What is expected: Give back exactly the lines of the entries below from the line with "# Cut253: cut Sphere006006006006008" to the line with "# Cut255 placement: moved", inclusive, and only those.

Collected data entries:
============================================================

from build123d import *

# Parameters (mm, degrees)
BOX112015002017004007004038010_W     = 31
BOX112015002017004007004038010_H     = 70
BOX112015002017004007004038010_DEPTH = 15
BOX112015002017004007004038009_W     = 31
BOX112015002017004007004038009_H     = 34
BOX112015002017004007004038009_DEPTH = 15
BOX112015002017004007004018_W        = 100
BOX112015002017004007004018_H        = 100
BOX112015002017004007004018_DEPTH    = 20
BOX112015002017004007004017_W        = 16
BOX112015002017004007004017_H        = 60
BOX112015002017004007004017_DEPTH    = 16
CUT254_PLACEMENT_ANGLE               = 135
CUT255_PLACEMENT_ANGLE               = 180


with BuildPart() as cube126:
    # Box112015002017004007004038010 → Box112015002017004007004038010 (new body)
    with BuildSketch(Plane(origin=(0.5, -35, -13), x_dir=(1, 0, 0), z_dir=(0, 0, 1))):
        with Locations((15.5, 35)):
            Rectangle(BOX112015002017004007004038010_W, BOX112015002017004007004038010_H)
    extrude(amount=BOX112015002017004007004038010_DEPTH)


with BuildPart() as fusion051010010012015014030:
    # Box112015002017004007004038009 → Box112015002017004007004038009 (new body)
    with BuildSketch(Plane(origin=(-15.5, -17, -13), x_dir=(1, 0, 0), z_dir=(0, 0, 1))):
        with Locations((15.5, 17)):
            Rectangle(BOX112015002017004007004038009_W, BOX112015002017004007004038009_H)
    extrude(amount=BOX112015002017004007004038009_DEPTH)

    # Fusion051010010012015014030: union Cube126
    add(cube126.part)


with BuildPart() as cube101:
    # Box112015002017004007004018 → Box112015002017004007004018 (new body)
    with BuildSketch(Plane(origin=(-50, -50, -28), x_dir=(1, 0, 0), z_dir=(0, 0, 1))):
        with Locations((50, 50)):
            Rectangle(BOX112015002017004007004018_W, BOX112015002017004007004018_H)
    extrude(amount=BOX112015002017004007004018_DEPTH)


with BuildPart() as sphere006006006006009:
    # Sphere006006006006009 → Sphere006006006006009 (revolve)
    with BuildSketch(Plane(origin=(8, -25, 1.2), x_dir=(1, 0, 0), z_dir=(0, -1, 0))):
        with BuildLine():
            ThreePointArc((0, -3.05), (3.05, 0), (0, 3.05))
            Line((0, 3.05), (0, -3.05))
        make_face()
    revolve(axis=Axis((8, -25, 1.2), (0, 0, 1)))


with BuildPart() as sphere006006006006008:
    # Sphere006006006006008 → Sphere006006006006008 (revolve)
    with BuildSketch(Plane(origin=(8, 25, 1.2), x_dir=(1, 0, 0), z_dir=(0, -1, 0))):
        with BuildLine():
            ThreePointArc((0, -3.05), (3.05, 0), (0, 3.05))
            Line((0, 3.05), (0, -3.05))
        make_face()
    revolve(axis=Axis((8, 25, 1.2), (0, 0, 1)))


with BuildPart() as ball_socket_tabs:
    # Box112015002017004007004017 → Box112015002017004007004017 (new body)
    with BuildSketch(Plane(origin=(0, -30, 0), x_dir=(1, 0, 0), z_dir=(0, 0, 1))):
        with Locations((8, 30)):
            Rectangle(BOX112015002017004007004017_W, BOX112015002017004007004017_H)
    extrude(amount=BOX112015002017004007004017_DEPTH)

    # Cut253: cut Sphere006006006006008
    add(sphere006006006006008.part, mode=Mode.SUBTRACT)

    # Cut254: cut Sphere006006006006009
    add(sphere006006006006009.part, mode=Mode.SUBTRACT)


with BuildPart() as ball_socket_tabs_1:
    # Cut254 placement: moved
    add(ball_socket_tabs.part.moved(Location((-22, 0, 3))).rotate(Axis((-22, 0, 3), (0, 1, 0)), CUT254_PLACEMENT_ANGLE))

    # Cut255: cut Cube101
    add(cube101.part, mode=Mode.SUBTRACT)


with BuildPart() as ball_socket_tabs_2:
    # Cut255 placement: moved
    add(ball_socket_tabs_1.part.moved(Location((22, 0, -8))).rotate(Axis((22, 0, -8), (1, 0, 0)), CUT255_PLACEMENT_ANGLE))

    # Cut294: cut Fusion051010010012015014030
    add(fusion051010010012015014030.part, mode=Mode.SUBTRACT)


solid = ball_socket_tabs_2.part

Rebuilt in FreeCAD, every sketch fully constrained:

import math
import FreeCAD as App
import Part
import Sketcher
from FreeCAD import Vector


def add_polygon(sketch, points):
    """Adds a closed chain of lines whose ends are joined by coincident constraints."""
    first, n = sketch.GeometryCount, len(points)
    for a, b in zip(points, points[1:] + points[:1]):
        sketch.addGeometry(Part.LineSegment(App.Vector(*a, 0), App.Vector(*b, 0)), False)
    for i in range(n):
        sketch.addConstraint(Sketcher.Constraint("Coincident", first + i, 2, first + (i + 1) % n, 1))

doc = App.newDocument("Part")
body = doc.addObject("PartDesign::Body", "Body")

# Sketch on XY plane
sketch1 = body.newObject("Sketcher::SketchObject", "Sketch")
sketch1.AttachmentSupport = (doc.getObject("XY_Plane"), [""])
sketch1.MapMode = "FlatFace"
sketch1.AttachmentOffset = App.Placement(Vector(0, 0, -13), App.Rotation())
add_polygon(sketch1, [(0.5, 35), (0.5, -35), (31.5, -35), (31.5, 35)])  # lines 0-3
sketch1.addConstraint(Sketcher.Constraint("Vertical", 0))
sketch1.addConstraint(Sketcher.Constraint("Horizontal", 1))
sketch1.addConstraint(Sketcher.Constraint("Vertical", 2))
sketch1.addConstraint(Sketcher.Constraint("Horizontal", 3))
sketch1.addConstraint(Sketcher.Constraint("DistanceX", 1, 1, 1, 2, 31.0))
sketch1.addConstraint(Sketcher.Constraint("DistanceY", 0, 2, 0, 1, 70.0))
sketch1.addConstraint(Sketcher.Constraint("DistanceY", 0, 2, -1, 1, 35.0))
sketch1.addConstraint(Sketcher.Constraint("DistanceX", -1, 1, 0, 2, 0.5))
pad1 = body.newObject("PartDesign::Pad", "Pad")
pad1.Profile = sketch1
pad1.Length = 15
body2 = doc.addObject("PartDesign::Body", "Body001")

# Sketch on XY plane
sketch2 = body2.newObject("Sketcher::SketchObject", "Sketch001")
sketch2.AttachmentSupport = (doc.getObject("XY_Plane001"), [""])
sketch2.MapMode = "FlatFace"
sketch2.AttachmentOffset = App.Placement(Vector(0, 0, -13), App.Rotation())
add_polygon(sketch2, [(-15.5, 17), (-15.5, -17), (15.5, -17), (15.5, 17)])  # lines 0-3
sketch2.addConstraint(Sketcher.Constraint("Vertical", 0))
sketch2.addConstraint(Sketcher.Constraint("Horizontal", 1))
sketch2.addConstraint(Sketcher.Constraint("Vertical", 2))
sketch2.addConstraint(Sketcher.Constraint("Horizontal", 3))
sketch2.addConstraint(Sketcher.Constraint("Symmetric", 0, 2, 2, 2, -1, 1))
sketch2.addConstraint(Sketcher.Constraint("DistanceX", 1, 1, 1, 2, 31.0))
sketch2.addConstraint(Sketcher.Constraint("DistanceY", 0, 2, 0, 1, 34.0))
pad2 = body2.newObject("PartDesign::Pad", "Pad001")
pad2.Profile = sketch2
pad2.Length = 15
doc.recompute()

boolean = body2.newObject("PartDesign::Boolean", "Boolean")
boolean.Type = "Fuse"
boolean.addObjects([body])
body3 = doc.addObject("PartDesign::Body", "Body002")

# Sketch on XY plane
sketch3 = body3.newObject("Sketcher::SketchObject", "Sketch002")
sketch3.AttachmentSupport = (doc.getObject("XY_Plane002"), [""])
sketch3.MapMode = "FlatFace"
sketch3.AttachmentOffset = App.Placement(Vector(0, 0, -28), App.Rotation())
add_polygon(sketch3, [(-50, 50), (-50, -50), (50, -50), (50, 50)])  # lines 0-3
sketch3.addConstraint(Sketcher.Constraint("Vertical", 0))
sketch3.addConstraint(Sketcher.Constraint("Horizontal", 1))
sketch3.addConstraint(Sketcher.Constraint("Vertical", 2))
sketch3.addConstraint(Sketcher.Constraint("Horizontal", 3))
sketch3.addConstraint(Sketcher.Constraint("Symmetric", 0, 2, 2, 2, -1, 1))
sketch3.addConstraint(Sketcher.Constraint("Equal", 3, 0))
sketch3.addConstraint(Sketcher.Constraint("DistanceX", 1, 1, 1, 2, 100.0))
pad3 = body3.newObject("PartDesign::Pad", "Pad002")
pad3.Profile = sketch3
pad3.Length = 20
body4 = doc.addObject("PartDesign::Body", "Body003")

# Sketch on XZ plane
sketch4 = body4.newObject("Sketcher::SketchObject", "Sketch003")
sketch4.AttachmentSupport = (doc.getObject("XZ_Plane003"), [""])
sketch4.MapMode = "FlatFace"
sketch4.AttachmentOffset = App.Placement(Vector(0, 0, 25), App.Rotation())
sketch4.addGeometry(Part.ArcOfCircle(Part.Circle(Vector(8, 1.2, 0), Vector(0, 0, 1), 3.05), math.radians(-90), math.radians(90)), False)
sketch4.addGeometry(Part.LineSegment(Vector(8, 4.25, 0), Vector(8, -1.85, 0)), False)
sketch4.addGeometry(Part.LineSegment(Vector(8, -1.85, 0), Vector(8, 4.25, 0)), True)  # axis
sketch4.addConstraint(Sketcher.Constraint("Coincident", 0, 1, 1, 2))
sketch4.addConstraint(Sketcher.Constraint("Coincident", 1, 1, 0, 2))
sketch4.addConstraint(Sketcher.Constraint("Vertical", 1))
sketch4.addConstraint(Sketcher.Constraint("Vertical", 2))
sketch4.addConstraint(Sketcher.Constraint("Coincident", 2, 1, 0, 1))
sketch4.addConstraint(Sketcher.Constraint("Equal", 1, 2))
sketch4.addConstraint(Sketcher.Constraint("Radius", 0, 3.05))
sketch4.addConstraint(Sketcher.Constraint("DistanceX", -1, 1, 0, 3, 8.0))
sketch4.addConstraint(Sketcher.Constraint("DistanceX", -1, 1, 0, 1, 8.0))
sketch4.addConstraint(Sketcher.Constraint("DistanceY", -1, 1, 0, 3, 1.2))
revolution = body4.newObject("PartDesign::Revolution", "Revolution")
revolution.Profile = sketch4
revolution.ReferenceAxis = (sketch4, ["Axis0"])
revolution.Angle = 360
body5 = doc.addObject("PartDesign::Body", "Body004")

# Sketch on XZ plane
sketch5 = body5.newObject("Sketcher::SketchObject", "Sketch004")
sketch5.AttachmentSupport = (doc.getObject("XZ_Plane004"), [""])
sketch5.MapMode = "FlatFace"
sketch5.AttachmentOffset = App.Placement(Vector(0, 0, -25), App.Rotation())
sketch5.addGeometry(Part.ArcOfCircle(Part.Circle(Vector(8, 1.2, 0), Vector(0, 0, 1), 3.05), math.radians(-90), math.radians(90)), False)
sketch5.addGeometry(Part.LineSegment(Vector(8, 4.25, 0), Vector(8, -1.85, 0)), False)
sketch5.addGeometry(Part.LineSegment(Vector(8, -1.85, 0), Vector(8, 4.25, 0)), True)  # axis
sketch5.addConstraint(Sketcher.Constraint("Coincident", 0, 1, 1, 2))
sketch5.addConstraint(Sketcher.Constraint("Coincident", 1, 1, 0, 2))
sketch5.addConstraint(Sketcher.Constraint("Vertical", 1))
sketch5.addConstraint(Sketcher.Constraint("Vertical", 2))
sketch5.addConstraint(Sketcher.Constraint("Coincident", 2, 1, 0, 1))
sketch5.addConstraint(Sketcher.Constraint("Equal", 1, 2))
sketch5.addConstraint(Sketcher.Constraint("Radius", 0, 3.05))
sketch5.addConstraint(Sketcher.Constraint("DistanceX", -1, 1, 0, 3, 8.0))
sketch5.addConstraint(Sketcher.Constraint("DistanceX", -1, 1, 0, 1, 8.0))
sketch5.addConstraint(Sketcher.Constraint("DistanceY", -1, 1, 0, 3, 1.2))
revolution2 = body5.newObject("PartDesign::Revolution", "Revolution001")
revolution2.Profile = sketch5
revolution2.ReferenceAxis = (sketch5, ["Axis0"])
revolution2.Angle = 360
body6 = doc.addObject("PartDesign::Body", "Body005")

# Sketch on XY plane
sketch6 = body6.newObject("Sketcher::SketchObject", "Sketch005")
sketch6.AttachmentSupport = (doc.getObject("XY_Plane005"), [""])
sketch6.MapMode = "FlatFace"
add_polygon(sketch6, [(0, 30), (0, -30), (16, -30), (16, 30)])  # lines 0-3
sketch6.addConstraint(Sketcher.Constraint("Vertical", 0))
sketch6.addConstraint(Sketcher.Constraint("Horizontal", 1))
sketch6.addConstraint(Sketcher.Constraint("Vertical", 2))
sketch6.addConstraint(Sketcher.Constraint("Horizontal", 3))
sketch6.addConstraint(Sketcher.Constraint("Symmetric", 0, 2, 3, 2, -1, 1))
sketch6.addConstraint(Sketcher.Constraint("DistanceX", 1, 1, 1, 2, 16.0))
sketch6.addConstraint(Sketcher.Constraint("DistanceY", 0, 2, 0, 1, 60.0))
pad4 = body6.newObject("PartDesign::Pad", "Pad003")
pad4.Profile = sketch6
pad4.Length = 16
doc.recompute()

boolean2 = body6.newObject("PartDesign::Boolean", "Boolean001")
boolean2.Type = "Cut"
boolean2.addObjects([body5])
doc.recompute()

boolean3 = body6.newObject("PartDesign::Boolean", "Boolean002")
boolean3.Type = "Cut"
boolean3.addObjects([body4])
body7 = doc.addObject("PartDesign::Body", "Body006")
doc.recompute()

body6.Placement = App.Placement(Vector(-22, 0, 3), App.Rotation(Vector(0, 1, 0), 135))
boolean4 = body7.newObject("PartDesign::Boolean", "Boolean003")
boolean4.Type = "Fuse"
boolean4.addObjects([body6])
doc.recompute()

boolean5 = body7.newObject("PartDesign::Boolean", "Boolean004")
boolean5.Type = "Cut"
boolean5.addObjects([body3])
body8 = doc.addObject("PartDesign::Body", "Body007")
body8.AllowCompound = True
doc.recompute()

body7.Placement = App.Placement(Vector(22, 0, -8), App.Rotation(Vector(1, 0, 0), 180))
boolean6 = body8.newObject("PartDesign::Boolean", "Boolean005")
boolean6.Type = "Fuse"
boolean6.addObjects([body7])
doc.recompute()

boolean7 = body8.newObject("PartDesign::Boolean", "Boolean006")
boolean7.Type = "Cut"
boolean7.addObjects([body2])

doc.recompute()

============================================================

Answer section:
    # Cut253: cut Sphere006006006006008
    add(sphere006006006006008.part, mode=Mode.SUBTRACT)

    # Cut254: cut Sphere006006006006009
    add(sphere006006006006009.part, mode=Mode.SUBTRACT)


with BuildPart() as ball_socket_tabs_1:
    # Cut254 placement: moved
    add(ball_socket_tabs.part.moved(Location((-22, 0, 3))).rotate(Axis((-22, 0, 3), (0, 1, 0)), CUT254_PLACEMENT_ANGLE))

    # Cut255: cut Cube101
    add(cube101.part, mode=Mode.SUBTRACT)


with BuildPart() as ball_socket_tabs_2:
    # Cut255 placement: moved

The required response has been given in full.